The question can be broken into two questions:
-
What regular expression matches exactly the part after the last slash.
-
How to get
grepto only output the part that matches, instead of the whole line.
For the first question, note that the part after the last slash is characterized by the fact that it doesn't contain a slash (otherwise the previous slash would not have been the last one) and extends to the end of the line.
To match a character that's anything but a slash, you can use [^/].

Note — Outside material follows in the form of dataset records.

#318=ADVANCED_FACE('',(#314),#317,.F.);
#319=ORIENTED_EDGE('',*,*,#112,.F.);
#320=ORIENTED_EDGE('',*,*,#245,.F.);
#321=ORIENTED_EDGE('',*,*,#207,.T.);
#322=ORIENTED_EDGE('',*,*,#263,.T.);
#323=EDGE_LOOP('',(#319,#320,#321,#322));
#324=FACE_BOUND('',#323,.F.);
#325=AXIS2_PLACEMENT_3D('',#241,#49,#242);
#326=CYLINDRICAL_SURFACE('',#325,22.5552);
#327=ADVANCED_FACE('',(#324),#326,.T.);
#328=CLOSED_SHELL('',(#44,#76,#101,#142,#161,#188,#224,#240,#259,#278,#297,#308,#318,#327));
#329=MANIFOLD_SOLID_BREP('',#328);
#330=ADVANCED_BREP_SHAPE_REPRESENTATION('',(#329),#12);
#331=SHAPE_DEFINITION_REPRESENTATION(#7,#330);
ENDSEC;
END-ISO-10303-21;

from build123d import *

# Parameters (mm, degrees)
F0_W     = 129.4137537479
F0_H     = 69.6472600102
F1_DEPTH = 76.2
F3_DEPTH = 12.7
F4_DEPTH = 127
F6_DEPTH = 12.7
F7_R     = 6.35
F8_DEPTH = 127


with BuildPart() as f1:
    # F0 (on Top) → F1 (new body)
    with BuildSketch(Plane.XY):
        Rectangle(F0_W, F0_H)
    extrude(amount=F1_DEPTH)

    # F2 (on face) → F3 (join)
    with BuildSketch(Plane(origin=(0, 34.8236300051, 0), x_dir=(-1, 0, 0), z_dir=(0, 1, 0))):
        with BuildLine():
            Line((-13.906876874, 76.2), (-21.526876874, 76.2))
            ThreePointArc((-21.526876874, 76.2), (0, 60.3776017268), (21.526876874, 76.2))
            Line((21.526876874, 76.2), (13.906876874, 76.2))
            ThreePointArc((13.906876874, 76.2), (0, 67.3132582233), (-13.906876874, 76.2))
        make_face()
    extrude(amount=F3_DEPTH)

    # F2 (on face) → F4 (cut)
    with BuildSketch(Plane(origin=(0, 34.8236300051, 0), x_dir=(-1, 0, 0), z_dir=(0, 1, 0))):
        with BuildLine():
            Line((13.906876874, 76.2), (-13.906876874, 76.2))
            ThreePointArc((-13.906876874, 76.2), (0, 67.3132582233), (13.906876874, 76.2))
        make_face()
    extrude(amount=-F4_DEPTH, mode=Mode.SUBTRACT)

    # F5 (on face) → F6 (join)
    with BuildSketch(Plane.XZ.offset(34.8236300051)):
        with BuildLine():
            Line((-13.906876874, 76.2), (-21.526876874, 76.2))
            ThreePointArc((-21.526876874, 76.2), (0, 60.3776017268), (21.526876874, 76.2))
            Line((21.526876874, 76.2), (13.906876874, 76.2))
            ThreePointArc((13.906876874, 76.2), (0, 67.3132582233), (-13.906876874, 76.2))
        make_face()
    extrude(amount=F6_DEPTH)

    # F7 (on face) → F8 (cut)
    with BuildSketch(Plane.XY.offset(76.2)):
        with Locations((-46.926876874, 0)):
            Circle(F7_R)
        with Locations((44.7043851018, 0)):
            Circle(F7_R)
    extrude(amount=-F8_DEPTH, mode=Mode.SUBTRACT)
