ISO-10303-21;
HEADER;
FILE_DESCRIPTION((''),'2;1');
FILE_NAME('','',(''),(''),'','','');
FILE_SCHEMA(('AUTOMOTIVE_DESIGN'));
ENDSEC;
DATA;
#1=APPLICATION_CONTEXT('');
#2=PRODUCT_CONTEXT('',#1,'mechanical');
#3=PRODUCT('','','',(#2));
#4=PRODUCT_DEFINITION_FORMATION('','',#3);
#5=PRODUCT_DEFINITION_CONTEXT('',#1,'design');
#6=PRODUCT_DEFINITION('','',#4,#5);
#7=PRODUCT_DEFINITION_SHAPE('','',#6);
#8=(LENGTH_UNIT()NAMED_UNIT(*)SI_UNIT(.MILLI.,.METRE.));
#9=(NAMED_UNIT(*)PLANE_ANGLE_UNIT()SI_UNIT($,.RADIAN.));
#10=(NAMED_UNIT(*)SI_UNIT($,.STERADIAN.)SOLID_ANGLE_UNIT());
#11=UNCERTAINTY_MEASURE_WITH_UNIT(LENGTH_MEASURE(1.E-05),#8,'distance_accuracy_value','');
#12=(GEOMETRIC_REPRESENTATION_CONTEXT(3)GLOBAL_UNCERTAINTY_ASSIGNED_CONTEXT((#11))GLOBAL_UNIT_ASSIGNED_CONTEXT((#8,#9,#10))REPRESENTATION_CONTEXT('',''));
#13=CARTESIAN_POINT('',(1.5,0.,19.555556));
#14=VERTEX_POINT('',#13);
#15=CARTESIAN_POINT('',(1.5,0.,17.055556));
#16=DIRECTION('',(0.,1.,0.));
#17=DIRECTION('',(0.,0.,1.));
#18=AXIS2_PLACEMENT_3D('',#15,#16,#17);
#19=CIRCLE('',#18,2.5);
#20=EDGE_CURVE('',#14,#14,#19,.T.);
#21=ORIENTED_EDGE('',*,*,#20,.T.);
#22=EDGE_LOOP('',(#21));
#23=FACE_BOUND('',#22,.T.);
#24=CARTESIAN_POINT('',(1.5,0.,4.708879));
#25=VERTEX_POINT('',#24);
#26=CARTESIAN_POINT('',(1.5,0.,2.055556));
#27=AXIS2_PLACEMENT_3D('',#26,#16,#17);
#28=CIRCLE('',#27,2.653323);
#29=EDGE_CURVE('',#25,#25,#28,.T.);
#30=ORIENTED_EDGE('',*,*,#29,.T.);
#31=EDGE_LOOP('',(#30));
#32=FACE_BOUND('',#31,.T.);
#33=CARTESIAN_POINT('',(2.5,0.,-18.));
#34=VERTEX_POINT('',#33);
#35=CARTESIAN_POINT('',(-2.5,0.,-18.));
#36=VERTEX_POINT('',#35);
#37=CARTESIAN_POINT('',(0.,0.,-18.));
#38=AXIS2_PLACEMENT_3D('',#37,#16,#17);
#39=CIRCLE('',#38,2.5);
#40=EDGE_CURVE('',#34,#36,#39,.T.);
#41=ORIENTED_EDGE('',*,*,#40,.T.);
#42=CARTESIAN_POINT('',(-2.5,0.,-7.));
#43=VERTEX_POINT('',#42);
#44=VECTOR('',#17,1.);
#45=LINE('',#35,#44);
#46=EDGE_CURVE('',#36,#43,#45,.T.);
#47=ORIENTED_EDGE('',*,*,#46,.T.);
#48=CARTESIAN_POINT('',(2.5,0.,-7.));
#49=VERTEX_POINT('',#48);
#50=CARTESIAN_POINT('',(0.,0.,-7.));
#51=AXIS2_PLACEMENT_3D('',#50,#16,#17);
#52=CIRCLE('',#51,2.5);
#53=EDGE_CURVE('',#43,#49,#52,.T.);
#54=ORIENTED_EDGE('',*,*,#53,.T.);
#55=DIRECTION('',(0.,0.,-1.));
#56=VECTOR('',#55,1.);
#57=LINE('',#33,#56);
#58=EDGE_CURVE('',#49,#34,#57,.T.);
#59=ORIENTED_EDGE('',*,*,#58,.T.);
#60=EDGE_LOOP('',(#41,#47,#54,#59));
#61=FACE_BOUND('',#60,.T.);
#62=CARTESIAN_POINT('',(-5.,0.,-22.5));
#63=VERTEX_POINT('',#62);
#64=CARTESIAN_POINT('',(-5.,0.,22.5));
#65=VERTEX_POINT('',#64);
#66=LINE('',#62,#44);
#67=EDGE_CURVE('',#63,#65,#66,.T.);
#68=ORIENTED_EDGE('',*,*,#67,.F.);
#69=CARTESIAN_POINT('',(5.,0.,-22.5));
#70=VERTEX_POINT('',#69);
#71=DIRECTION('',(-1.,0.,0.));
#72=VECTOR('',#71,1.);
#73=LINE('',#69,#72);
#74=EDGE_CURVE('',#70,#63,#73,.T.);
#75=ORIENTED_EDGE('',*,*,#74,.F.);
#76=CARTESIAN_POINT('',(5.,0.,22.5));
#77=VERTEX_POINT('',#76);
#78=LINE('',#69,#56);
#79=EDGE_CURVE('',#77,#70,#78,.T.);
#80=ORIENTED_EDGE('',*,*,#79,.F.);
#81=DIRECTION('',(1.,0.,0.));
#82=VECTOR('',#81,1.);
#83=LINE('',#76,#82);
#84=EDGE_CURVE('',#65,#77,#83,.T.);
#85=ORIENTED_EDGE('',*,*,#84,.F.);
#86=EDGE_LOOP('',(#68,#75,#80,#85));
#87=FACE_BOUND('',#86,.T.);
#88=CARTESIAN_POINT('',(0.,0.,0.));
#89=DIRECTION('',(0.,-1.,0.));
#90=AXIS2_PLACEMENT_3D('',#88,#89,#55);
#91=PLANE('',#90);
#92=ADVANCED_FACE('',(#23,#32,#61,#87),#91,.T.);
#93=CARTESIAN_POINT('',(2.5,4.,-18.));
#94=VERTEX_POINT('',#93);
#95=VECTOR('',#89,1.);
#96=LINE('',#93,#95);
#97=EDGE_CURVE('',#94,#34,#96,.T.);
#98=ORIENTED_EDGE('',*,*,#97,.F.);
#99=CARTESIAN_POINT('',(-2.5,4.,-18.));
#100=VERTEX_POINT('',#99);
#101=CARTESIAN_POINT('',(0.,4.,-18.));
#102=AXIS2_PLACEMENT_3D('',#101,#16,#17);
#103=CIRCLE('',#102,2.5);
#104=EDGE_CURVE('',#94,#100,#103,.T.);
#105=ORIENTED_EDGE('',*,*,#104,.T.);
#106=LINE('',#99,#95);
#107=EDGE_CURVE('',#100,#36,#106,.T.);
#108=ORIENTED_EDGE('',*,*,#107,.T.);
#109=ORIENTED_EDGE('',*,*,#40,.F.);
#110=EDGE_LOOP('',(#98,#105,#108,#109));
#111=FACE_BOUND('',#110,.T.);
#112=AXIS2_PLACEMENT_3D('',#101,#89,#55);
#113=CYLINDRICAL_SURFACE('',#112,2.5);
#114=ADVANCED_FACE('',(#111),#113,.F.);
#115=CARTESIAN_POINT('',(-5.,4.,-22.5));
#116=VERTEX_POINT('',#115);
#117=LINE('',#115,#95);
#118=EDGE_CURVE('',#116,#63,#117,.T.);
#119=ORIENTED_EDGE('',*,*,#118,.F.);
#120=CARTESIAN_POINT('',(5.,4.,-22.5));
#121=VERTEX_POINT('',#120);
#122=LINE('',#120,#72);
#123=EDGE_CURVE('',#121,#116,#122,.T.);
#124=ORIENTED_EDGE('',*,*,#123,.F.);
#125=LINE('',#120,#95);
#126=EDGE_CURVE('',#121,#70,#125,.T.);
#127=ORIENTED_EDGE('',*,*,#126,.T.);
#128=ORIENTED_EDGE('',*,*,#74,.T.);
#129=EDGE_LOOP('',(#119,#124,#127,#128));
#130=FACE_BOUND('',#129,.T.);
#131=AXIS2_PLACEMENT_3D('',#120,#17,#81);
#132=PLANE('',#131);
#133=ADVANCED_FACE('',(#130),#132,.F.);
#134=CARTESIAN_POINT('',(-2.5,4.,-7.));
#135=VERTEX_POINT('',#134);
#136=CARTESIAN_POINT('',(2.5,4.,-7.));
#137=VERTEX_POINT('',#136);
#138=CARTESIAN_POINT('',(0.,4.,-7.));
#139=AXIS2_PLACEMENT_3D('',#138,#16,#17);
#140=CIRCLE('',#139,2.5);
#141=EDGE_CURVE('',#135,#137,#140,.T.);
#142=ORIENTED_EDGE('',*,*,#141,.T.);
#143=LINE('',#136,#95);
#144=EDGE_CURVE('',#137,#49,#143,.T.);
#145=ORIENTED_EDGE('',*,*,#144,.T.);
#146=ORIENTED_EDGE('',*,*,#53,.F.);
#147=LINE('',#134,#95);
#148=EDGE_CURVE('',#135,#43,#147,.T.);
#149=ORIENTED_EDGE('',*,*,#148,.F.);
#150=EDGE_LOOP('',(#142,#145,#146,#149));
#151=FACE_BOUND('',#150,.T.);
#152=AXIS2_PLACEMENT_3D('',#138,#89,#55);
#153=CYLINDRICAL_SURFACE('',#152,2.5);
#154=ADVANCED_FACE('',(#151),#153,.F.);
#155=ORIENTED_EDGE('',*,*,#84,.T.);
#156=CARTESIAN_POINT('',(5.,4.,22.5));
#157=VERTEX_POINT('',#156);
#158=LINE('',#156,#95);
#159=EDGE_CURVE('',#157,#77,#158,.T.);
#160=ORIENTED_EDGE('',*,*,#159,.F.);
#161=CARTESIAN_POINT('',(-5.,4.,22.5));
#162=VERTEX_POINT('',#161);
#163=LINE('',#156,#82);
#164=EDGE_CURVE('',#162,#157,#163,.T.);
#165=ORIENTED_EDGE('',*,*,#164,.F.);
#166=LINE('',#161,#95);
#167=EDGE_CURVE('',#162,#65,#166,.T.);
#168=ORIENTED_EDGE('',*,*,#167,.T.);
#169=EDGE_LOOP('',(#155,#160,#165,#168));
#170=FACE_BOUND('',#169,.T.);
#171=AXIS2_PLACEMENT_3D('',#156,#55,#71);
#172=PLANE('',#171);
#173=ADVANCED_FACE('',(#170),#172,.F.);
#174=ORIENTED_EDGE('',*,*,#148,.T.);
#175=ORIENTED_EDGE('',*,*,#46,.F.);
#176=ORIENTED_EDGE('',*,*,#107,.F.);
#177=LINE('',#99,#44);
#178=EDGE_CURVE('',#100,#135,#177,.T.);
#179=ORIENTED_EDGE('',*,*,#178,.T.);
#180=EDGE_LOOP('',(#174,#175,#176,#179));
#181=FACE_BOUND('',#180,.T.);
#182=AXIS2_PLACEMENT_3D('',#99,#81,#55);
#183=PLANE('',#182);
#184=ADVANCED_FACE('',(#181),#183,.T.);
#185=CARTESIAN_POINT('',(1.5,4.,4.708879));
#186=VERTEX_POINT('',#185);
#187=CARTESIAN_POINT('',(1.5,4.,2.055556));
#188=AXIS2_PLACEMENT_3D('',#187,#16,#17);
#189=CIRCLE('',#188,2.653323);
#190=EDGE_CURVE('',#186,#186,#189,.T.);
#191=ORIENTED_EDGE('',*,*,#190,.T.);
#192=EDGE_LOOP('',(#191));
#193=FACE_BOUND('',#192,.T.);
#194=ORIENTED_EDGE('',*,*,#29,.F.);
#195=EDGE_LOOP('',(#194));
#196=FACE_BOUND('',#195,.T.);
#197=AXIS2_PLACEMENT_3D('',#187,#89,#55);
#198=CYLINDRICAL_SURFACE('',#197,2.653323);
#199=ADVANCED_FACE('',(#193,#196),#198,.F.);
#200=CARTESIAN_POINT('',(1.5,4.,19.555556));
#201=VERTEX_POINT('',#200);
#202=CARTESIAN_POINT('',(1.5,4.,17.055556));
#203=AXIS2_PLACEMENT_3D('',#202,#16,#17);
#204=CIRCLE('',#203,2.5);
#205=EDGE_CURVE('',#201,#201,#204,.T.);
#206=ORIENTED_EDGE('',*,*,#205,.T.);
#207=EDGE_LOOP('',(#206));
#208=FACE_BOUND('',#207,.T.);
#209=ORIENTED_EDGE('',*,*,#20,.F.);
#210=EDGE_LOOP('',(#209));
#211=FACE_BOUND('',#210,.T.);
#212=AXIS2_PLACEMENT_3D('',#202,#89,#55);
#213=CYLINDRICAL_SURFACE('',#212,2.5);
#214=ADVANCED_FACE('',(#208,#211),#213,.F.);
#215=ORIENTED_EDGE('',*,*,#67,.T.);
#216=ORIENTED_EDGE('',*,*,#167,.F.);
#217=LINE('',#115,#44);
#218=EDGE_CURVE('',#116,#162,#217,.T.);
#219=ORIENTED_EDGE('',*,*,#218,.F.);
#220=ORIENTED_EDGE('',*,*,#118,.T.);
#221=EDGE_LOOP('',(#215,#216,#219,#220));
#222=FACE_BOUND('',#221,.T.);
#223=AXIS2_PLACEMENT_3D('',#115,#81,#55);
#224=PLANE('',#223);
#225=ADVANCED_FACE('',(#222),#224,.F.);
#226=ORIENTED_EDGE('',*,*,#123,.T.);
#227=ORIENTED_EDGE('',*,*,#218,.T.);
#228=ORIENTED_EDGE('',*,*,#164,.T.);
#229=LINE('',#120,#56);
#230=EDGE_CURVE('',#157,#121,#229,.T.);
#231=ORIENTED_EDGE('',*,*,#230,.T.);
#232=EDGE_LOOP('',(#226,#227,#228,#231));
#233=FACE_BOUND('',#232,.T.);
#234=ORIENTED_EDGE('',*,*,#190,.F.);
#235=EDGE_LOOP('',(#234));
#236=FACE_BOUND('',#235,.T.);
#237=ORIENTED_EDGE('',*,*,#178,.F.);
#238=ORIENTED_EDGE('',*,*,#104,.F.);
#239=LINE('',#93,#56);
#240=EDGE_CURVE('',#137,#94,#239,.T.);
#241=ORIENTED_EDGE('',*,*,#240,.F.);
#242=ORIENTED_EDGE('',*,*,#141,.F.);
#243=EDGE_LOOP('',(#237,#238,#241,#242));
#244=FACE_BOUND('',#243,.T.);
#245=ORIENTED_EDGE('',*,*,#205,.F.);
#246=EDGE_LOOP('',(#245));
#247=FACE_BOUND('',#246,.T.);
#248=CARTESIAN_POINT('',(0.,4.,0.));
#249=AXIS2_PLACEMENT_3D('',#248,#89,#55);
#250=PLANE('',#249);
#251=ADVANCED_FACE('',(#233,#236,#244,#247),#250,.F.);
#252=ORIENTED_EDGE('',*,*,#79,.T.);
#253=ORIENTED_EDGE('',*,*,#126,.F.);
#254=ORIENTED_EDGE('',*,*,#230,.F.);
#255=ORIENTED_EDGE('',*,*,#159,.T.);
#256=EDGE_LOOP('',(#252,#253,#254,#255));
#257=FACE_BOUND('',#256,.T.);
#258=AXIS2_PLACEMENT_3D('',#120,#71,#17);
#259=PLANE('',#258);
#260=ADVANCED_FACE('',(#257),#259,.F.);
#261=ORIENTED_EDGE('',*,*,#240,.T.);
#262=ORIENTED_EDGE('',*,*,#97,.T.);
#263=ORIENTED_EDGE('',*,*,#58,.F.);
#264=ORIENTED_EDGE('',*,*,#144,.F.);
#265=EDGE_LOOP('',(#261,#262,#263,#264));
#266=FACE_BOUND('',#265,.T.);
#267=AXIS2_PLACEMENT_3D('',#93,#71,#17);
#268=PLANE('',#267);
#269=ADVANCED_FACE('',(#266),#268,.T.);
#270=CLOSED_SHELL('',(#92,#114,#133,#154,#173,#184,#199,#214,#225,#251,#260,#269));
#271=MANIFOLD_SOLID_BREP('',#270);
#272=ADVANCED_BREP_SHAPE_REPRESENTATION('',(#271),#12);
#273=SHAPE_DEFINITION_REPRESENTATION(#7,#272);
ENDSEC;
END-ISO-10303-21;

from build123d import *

# Parameters (mm, degrees)
SKETCH_1_W      = 10
SKETCH_1_H      = 45
SKETCH_1_R      = 2.653323097
SKETCH_1_R_2    = 2.5
EXTRUDE_1_DEPTH = 4


with BuildPart() as part:
    # 草圖1 → 填料-伸長1 (new body)
    with BuildSketch(Plane(origin=(0, 0, 0), x_dir=(1, 0, 0), z_dir=(0, 1, 0))):
        Rectangle(SKETCH_1_W, SKETCH_1_H)
        with Locations(Location((1.5, -2.055555556, 0), (0, 0, 270))):
            Circle(SKETCH_1_R, mode=Mode.SUBTRACT)
        with Locations(Location((1.5, -17.055555556, 0), (0, 0, 270))):
            Circle(SKETCH_1_R_2, mode=Mode.SUBTRACT)
        with BuildLine():
            Line((2.5, 18), (2.5, 7))
            ThreePointArc((2.5, 7), (0, 4.5), (-2.5, 7))
            Line((-2.5, 7), (-2.5, 18))
            ThreePointArc((-2.5, 18), (0, 20.5), (2.5, 18))
        make_face(mode=Mode.SUBTRACT)
    extrude(amount=EXTRUDE_1_DEPTH)


solid = part.part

You want to match any number of them, so put a star afterwards: [^/]*. But you only want to match it if it extends to the end of line (so you do not match e.g. the branches in your example), this is done by terminating the regular expression with a dollar sign. So the complete regular expression you need is [^/]*$
For the second question, the option -o does exactly what you need. From the man page:
-o, --only-matching
Print only the matched (non-empty) parts of a matching line,
with each such part on a separate output line.
So putting it all together, we get the desired behaviour:
$ echo "branches/features/arm_and_musl" | grep -o '[^/]*$'
arm_and_musl
I wouldn't use grep. As the other answers already said, it's not the right tool for this job.
Considering your specific case (fields separated by /), basename is the most straighforward way, as stated in Dirk's answer. I just want to provide some other alternatives.
cut
The cut command can separate the input in fields and allows you to get only the ones you need. If you know for sure that the inputs will always be branches/features/something, then you can use / as separator and get the third field:
echo $CCSR | cut -d / -f 3
Or, if you don't know how many fields there will be, there's a little trick to get the last one:
echo $CCSR | rev | cut -d / -f 1 | rev
rev reverses the input, so first I reverse it, get the first field and reverse it again. The result will be the last field.
awk
The awk command works in a similar way: we tell it what the separator is and can get specific fields. The difference is that it has a better way to get the last one, by using the predefined variable NF:
echo $CCSR | awk -F / '{print $NF}'
Although basename is the most straighforward solution for your case, please note thatcut and awk are more generic, as they can work with different separators and allows you to get specific fields (not only the last one).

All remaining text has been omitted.